What would happen to the Social Security System’s stream of revenue if the tax rate was cut to 4% but there was no cap?   I think that revenue would rise sharply, I don’t see what unintended consequence would be triggered and I would support this policy change.    I do see that firms who used to face a zero marginal tax on employees making over $110,000 might reduce their hiring of this group but this is an empirical question that merits research.    Who is at the margin? Facing a 6.2% marginal rate on such $110,000 workers who would demand fewer and how many fewer jobs?

 

Author: Matthew E. Kahn

Professor of Economics at UCLA.

39 thoughts on “The Economics of Raising the Social Security Maximum Taxable Earnings Amount”

  1. Do you mean that you didn’t know an earnings cap existed or you didn’t know at what earning level the cap is applied? If the former then I’m jaw-droppingly gobsmacked and will have trouble taking you seriously in the future. I’ve found your posts consistently interesting up till now. Even this one works pretty well (after the woeful admission), that “superstar subsidy” is a real-world application of the cap which never occurred to me.

    Keep up the good work, but please don’t scare me with such scathing self-revelatory honesty again.

    1. C’mon Karl. When I was a thirty-something faculty member I had no idea about what my retirement package was. It was not a factor in my taking the job, but I’m sure glad there was one!

      I had asked Matt to look into this because, now that SS apparently on the chopping block, I wondered how much revenue would be generated if the cap were increased (or, as Matt hypothesizes, eliminated). And in my query to Matt, I explicitly said that I know that this is not his area of expertise, so don’t fault him for not knowing.

      Perhaps someone who has the US salary distribution data can estimate how much additional revenue would be generated as the cap increases.

      I’d also like to know the history of the cap: what it was initially and how (if at all) it has changed over they ensuing decades, especially wrt inflation. Do any of you know this, or know where the data resides?

      1. It looks like Table I of this covers it; I think you’ll have to look further or adjust for inflation yourself (I glanced at 1982, it’s gone up faster than inflation since then, but then I think I recall that Social Security benefits have been set by a factor that is larger than the inflation rate, and that might be the better comparison).
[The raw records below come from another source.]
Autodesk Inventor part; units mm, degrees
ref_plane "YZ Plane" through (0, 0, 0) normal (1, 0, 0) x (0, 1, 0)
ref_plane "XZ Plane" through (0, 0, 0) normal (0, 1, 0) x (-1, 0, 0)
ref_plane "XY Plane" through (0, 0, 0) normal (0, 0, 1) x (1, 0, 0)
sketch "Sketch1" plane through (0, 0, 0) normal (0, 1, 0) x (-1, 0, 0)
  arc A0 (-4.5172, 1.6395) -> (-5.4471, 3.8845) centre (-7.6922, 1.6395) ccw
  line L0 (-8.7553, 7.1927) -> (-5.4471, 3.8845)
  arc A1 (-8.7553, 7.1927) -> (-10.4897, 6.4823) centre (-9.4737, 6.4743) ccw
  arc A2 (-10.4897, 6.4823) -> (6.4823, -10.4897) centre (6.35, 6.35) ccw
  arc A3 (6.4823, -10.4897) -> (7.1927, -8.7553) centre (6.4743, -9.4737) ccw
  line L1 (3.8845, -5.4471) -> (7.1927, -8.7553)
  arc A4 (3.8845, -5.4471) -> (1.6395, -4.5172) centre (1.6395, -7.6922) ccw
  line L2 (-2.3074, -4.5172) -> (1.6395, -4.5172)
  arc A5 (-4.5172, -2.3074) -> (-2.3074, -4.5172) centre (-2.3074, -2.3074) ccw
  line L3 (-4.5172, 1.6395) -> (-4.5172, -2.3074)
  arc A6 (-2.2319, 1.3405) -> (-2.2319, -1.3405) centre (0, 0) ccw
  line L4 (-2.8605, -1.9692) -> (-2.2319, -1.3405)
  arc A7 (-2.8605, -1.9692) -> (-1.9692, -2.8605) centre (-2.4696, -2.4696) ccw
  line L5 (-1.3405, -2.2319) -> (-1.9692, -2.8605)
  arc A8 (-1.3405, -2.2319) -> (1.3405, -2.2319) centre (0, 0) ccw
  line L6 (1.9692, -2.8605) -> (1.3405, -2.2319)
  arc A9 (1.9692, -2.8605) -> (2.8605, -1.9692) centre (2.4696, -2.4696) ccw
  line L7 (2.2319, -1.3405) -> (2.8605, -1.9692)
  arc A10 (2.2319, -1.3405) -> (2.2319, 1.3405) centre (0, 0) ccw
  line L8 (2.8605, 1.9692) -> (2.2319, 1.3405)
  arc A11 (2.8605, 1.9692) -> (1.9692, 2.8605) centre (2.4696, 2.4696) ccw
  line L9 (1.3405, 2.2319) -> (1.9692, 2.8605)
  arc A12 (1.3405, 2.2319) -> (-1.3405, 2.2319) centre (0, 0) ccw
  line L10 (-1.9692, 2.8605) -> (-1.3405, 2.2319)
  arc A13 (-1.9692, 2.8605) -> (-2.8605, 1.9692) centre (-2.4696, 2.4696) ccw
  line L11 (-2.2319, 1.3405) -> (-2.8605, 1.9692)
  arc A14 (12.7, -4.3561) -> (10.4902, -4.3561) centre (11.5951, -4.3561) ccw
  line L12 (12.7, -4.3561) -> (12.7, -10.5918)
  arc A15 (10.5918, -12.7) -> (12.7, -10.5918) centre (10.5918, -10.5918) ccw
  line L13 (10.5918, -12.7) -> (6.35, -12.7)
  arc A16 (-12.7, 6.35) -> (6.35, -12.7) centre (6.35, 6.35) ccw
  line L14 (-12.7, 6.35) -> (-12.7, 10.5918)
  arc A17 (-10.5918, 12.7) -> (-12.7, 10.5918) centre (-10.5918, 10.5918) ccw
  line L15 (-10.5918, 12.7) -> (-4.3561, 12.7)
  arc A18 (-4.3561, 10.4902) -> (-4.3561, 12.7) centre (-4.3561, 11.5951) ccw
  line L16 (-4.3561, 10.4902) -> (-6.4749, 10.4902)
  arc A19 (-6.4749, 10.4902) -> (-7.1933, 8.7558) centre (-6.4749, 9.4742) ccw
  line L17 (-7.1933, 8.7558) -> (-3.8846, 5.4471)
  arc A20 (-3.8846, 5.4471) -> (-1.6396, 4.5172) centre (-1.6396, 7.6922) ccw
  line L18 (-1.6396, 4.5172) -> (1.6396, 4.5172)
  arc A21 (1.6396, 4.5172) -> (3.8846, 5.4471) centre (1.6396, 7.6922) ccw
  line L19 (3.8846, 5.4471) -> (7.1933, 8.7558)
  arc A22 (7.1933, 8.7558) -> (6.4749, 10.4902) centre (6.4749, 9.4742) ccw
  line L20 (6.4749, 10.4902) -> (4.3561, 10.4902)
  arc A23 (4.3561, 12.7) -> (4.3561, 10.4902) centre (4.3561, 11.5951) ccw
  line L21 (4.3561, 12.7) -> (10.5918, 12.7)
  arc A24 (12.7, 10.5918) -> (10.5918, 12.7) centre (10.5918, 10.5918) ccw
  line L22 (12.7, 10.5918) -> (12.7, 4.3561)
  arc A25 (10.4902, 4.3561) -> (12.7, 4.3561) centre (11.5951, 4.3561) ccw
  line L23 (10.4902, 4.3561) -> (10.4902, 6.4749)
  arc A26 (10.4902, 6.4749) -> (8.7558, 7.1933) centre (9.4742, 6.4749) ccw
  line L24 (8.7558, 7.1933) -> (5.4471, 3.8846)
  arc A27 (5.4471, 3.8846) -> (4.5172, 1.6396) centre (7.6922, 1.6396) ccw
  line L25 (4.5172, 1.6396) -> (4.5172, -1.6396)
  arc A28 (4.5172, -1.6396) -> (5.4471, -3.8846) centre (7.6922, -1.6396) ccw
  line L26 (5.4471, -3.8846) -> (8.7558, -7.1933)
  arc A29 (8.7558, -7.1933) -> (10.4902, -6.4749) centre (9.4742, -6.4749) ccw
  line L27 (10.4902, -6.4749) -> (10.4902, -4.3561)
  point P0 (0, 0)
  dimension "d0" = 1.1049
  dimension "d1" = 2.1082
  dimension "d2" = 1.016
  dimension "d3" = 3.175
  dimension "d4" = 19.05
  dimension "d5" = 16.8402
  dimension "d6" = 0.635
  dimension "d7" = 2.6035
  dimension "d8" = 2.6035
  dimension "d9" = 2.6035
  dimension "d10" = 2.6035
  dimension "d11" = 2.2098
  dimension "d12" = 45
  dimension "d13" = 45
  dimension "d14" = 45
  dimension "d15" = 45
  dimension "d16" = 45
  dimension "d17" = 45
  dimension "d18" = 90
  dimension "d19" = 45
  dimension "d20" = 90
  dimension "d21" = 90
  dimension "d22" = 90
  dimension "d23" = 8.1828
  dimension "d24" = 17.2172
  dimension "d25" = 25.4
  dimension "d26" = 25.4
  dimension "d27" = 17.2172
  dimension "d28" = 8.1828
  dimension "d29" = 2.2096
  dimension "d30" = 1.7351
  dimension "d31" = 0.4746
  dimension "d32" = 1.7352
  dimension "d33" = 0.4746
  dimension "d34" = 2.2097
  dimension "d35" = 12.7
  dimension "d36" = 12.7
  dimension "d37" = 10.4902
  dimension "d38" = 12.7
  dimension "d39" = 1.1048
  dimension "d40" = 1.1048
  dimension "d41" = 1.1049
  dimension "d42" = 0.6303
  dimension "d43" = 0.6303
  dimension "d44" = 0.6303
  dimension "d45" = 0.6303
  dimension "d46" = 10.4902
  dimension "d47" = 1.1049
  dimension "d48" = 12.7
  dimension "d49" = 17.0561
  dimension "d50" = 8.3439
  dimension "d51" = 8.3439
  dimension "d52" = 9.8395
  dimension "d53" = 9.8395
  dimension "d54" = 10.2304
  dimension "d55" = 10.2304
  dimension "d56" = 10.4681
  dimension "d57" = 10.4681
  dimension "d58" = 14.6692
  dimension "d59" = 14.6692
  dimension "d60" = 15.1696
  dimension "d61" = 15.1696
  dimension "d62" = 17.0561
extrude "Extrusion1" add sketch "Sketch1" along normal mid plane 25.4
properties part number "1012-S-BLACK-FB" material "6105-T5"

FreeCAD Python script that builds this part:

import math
import FreeCAD as App
import Part
import Sketcher
Q = App.Units.Quantity

doc = App.newDocument("Part")
params = doc.addObject("Spreadsheet::Sheet", "Params")
for row, (alias, value) in enumerate([
    ("sketch1_radius", "0.04 in"),
    ("sketch1_radius2", "0.75 in"),
    ("sketch1_radius3", "0.125 in"),
    ("sketch1_radius4", "0.083 in"),
    ("sketch1_radius5", "0.087 in"),
    ("pad1_length", "1 in"),
], start=1):
    params.set(f"A{row}", alias)
    params.set(f"B{row}", "=" + value)
    params.setAlias(f"B{row}", alias)

body = doc.addObject("PartDesign::Body", "Body")

sketch1 = body.newObject("Sketcher::SketchObject", "Sketch")
sketch1.AttachmentSupport = (doc.getObject("XZ_Plane"), [""])
sketch1.MapMode = "FlatFace"
sketch1.addGeometry([
    Part.LineSegment(App.Vector(-12.7, -10.6, 0), App.Vector(-12.7, -4.4, 0)),
    Part.ArcOfCircle(Part.Circle(App.Vector(-11.6, -4.4, 0), App.Vector(0, 0, 1), 1.1), math.radians(0), math.radians(180)),
    Part.LineSegment(App.Vector(-10.5, -4.4, 0), App.Vector(-10.5, -6.5, 0)),
    Part.ArcOfCircle(Part.Circle(App.Vector(-9.5, -6.5, 0), App.Vector(0, 0, 1), 1), math.radians(180), math.radians(315)),
    Part.LineSegment(App.Vector(-8.8, -7.2, 0), App.Vector(-5.4, -3.9, 0)),
    Part.ArcOfCircle(Part.Circle(App.Vector(-7.7, -1.6, 0), App.Vector(0, 0, 1), 3.2), math.radians(-45), math.radians(0)),
    Part.LineSegment(App.Vector(-4.5, -1.6, 0), App.Vector(-4.5, 1.6, 0)),
    Part.ArcOfCircle(Part.Circle(App.Vector(-7.7, 1.6, 0), App.Vector(0, 0, 1), 3.2), math.radians(0), math.radians(45)),
    Part.LineSegment(App.Vector(-5.4, 3.9, 0), App.Vector(-8.8, 7.2, 0)),
    Part.ArcOfCircle(Part.Circle(App.Vector(-9.5, 6.5, 0), App.Vector(0, 0, 1), 1), math.radians(45), math.radians(180)),
    Part.LineSegment(App.Vector(-10.5, 6.5, 0), App.Vector(-10.5, 4.4, 0)),
    Part.ArcOfCircle(Part.Circle(App.Vector(-11.6, 4.4, 0), App.Vector(0, 0, 1), 1.1), math.radians(180), math.radians(360)),
    Part.LineSegment(App.Vector(-12.7, 4.4, 0), App.Vector(-12.7, 10.6, 0)),
    Part.ArcOfCircle(Part.Circle(App.Vector(-10.6, 10.6, 0), App.Vector(0, 0, 1), 2.1), math.radians(90), math.radians(180)),
    Part.LineSegment(App.Vector(-10.6, 12.7, 0), App.Vector(-4.4, 12.7, 0)),
    Part.ArcOfCircle(Part.Circle(App.Vector(-4.4, 11.6, 0), App.Vector(0, 0, 1), 1.1), math.radians(-90), math.radians(90)),
    Part.LineSegment(App.Vector(-4.4, 10.5, 0), App.Vector(-6.5, 10.5, 0)),
    Part.ArcOfCircle(Part.Circle(App.Vector(-6.5, 9.5, 0), App.Vector(0, 0, 1), 1), math.radians(90), math.radians(225)),
    Part.LineSegment(App.Vector(-7.2, 8.8, 0), App.Vector(-3.9, 5.4, 0)),
    Part.ArcOfCircle(Part.Circle(App.Vector(-1.6, 7.7, 0), App.Vector(0, 0, 1), 3.2), math.radians(-135), math.radians(-90)),
    Part.LineSegment(App.Vector(-1.6, 4.5, 0), App.Vector(1.6, 4.5, 0)),
    Part.ArcOfCircle(Part.Circle(App.Vector(1.6, 7.7, 0), App.Vector(0, 0, 1), 3.2), math.radians(-90), math.radians(-45)),
    Part.LineSegment(App.Vector(3.9, 5.4, 0), App.Vector(7.2, 8.8, 0)),
    Part.ArcOfCircle(Part.Circle(App.Vector(6.5, 9.5, 0), App.Vector(0, 0, 1), 1), math.radians(-45), math.radians(90)),
    Part.LineSegment(App.Vector(6.5, 10.5, 0), App.Vector(4.4, 10.5, 0)),
    Part.ArcOfCircle(Part.Circle(App.Vector(4.4, 11.6, 0), App.Vector(0, 0, 1), 1.1), math.radians(90), math.radians(270)),
    Part.LineSegment(App.Vector(4.4, 12.7, 0), App.Vector(10.6, 12.7, 0)),
    Part.ArcOfCircle(Part.Circle(App.Vector(10.6, 10.6, 0), App.Vector(0, 0, 1), 2.1), math.radians(0), math.radians(90)),
    Part.LineSegment(App.Vector(12.7, 10.6, 0), App.Vector(12.7, 6.3, 0)),
    Part.ArcOfCircle(Part.Circle(App.Vector(-6.3, 6.3, 0), App.Vector(0, 0, 1), 19), math.radians(-90), math.radians(0)),
    Part.LineSegment(App.Vector(-6.3, -12.7, 0), App.Vector(-10.6, -12.7, 0)),
    Part.ArcOfCircle(Part.Circle(App.Vector(-10.6, -10.6, 0), App.Vector(0, 0, 1), 2.1), math.radians(180), math.radians(270)),
    Part.ArcOfCircle(Part.Circle(App.Vector(7.7, 1.6, 0), App.Vector(0, 0, 1), 3.2), math.radians(135), math.radians(180)),
    Part.LineSegment(App.Vector(4.5, 1.6, 0), App.Vector(4.5, -2.3, 0)),
    Part.ArcOfCircle(Part.Circle(App.Vector(2.3, -2.3, 0), App.Vector(0, 0, 1), 2.2), math.radians(-90), math.radians(0)),
    Part.LineSegment(App.Vector(2.3, -4.5, 0), App.Vector(-1.6, -4.5, 0)),
    Part.ArcOfCircle(Part.Circle(App.Vector(-1.6, -7.7, 0), App.Vector(0, 0, 1), 3.2), math.radians(90), math.radians(135)),
    Part.LineSegment(App.Vector(-3.9, -5.4, 0), App.Vector(-7.2, -8.8, 0)),
    Part.ArcOfCircle(Part.Circle(App.Vector(-6.5, -9.5, 0), App.Vector(0, 0, 1), 1), math.radians(135), math.radians(270)),
    Part.ArcOfCircle(Part.Circle(App.Vector(-6.3, 6.3, 0), App.Vector(0, 0, 1), 16.8), math.radians(-90), math.radians(0)),
    Part.ArcOfCircle(Part.Circle(App.Vector(9.5, 6.5, 0), App.Vector(0, 0, 1), 1), math.radians(0), math.radians(135)),
    Part.LineSegment(App.Vector(8.8, 7.2, 0), App.Vector(5.4, 3.9, 0)),
    Part.ArcOfCircle(Part.Circle(App.Vector(0, 0, 0), App.Vector(0, 0, 1), 2.6), math.radians(-31), math.radians(31)),
    Part.LineSegment(App.Vector(2.2, 1.3, 0), App.Vector(2.9, 2, 0)),
    Part.ArcOfCircle(Part.Circle(App.Vector(2.5, 2.5, 0), App.Vector(0, 0, 1), 0.6), math.radians(-52), math.radians(142)),
    Part.LineSegment(App.Vector(2, 2.9, 0), App.Vector(1.3, 2.2, 0)),
    Part.ArcOfCircle(Part.Circle(App.Vector(0, 0, 0), App.Vector(0, 0, 1), 2.6), math.radians(59), math.radians(121)),
    Part.LineSegment(App.Vector(-1.3, 2.2, 0), App.Vector(-2, 2.9, 0)),
    Part.ArcOfCircle(Part.Circle(App.Vector(-2.5, 2.5, 0), App.Vector(0, 0, 1), 0.6), math.radians(38), math.radians(232)),
    Part.LineSegment(App.Vector(-2.9, 2, 0), App.Vector(-2.2, 1.3, 0)),
    Part.ArcOfCircle(Part.Circle(App.Vector(0, 0, 0), App.Vector(0, 0, 1), 2.6), math.radians(149), math.radians(211)),
    Part.LineSegment(App.Vector(-2.2, -1.3, 0), App.Vector(-2.9, -2, 0)),
    Part.ArcOfCircle(Part.Circle(App.Vector(-2.5, -2.5, 0), App.Vector(0, 0, 1), 0.6), math.radians(128), math.radians(322)),
    Part.LineSegment(App.Vector(-2, -2.9, 0), App.Vector(-1.3, -2.2, 0)),
    Part.ArcOfCircle(Part.Circle(App.Vector(0, 0, 0), App.Vector(0, 0, 1), 2.6), math.radians(-121), math.radians(-59)),
    Part.LineSegment(App.Vector(1.3, -2.2, 0), App.Vector(2, -2.9, 0)),
    Part.ArcOfCircle(Part.Circle(App.Vector(2.5, -2.5, 0), App.Vector(0, 0, 1), 0.6), math.radians(-142), math.radians(52)),
    Part.LineSegment(App.Vector(2.9, -2, 0), App.Vector(2.2, -1.3, 0)),
], False)
sketch1.addConstraint([
    Sketcher.Constraint("Tangent", 0, 2, 1, 2),
    Sketcher.Constraint("Tangent", 1, 1, 2, 1),
    Sketcher.Constraint("Tangent", 2, 2, 3, 1),
    Sketcher.Constraint("Tangent", 3, 2, 4, 1),
    Sketcher.Constraint("Tangent", 4, 2, 5, 1),
    Sketcher.Constraint("Tangent", 5, 2, 6, 1),
    Sketcher.Constraint("Tangent", 6, 2, 7, 1),
    Sketcher.Constraint("Tangent", 7, 2, 8, 1),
    2. PS: I’ve chosen this venue to ask the question because of my respect for the commenters on this blog.

      1. The cap at $110k was originally set to cover 90% of total income earned. These days it covers about 86%. The cap should go to at least the same threshold today.

  2. The math of your hypothetical is surely worse: you’ve overlooked health benefits. I don’t know whether aggressively recruited Full Professors in Named Chairs with Fancy Parking Spaces get a better health insurance package than the newly hired Assistant Professor, but I actually rather doubt it. So there’s another significant cost likely to be multiplied by five.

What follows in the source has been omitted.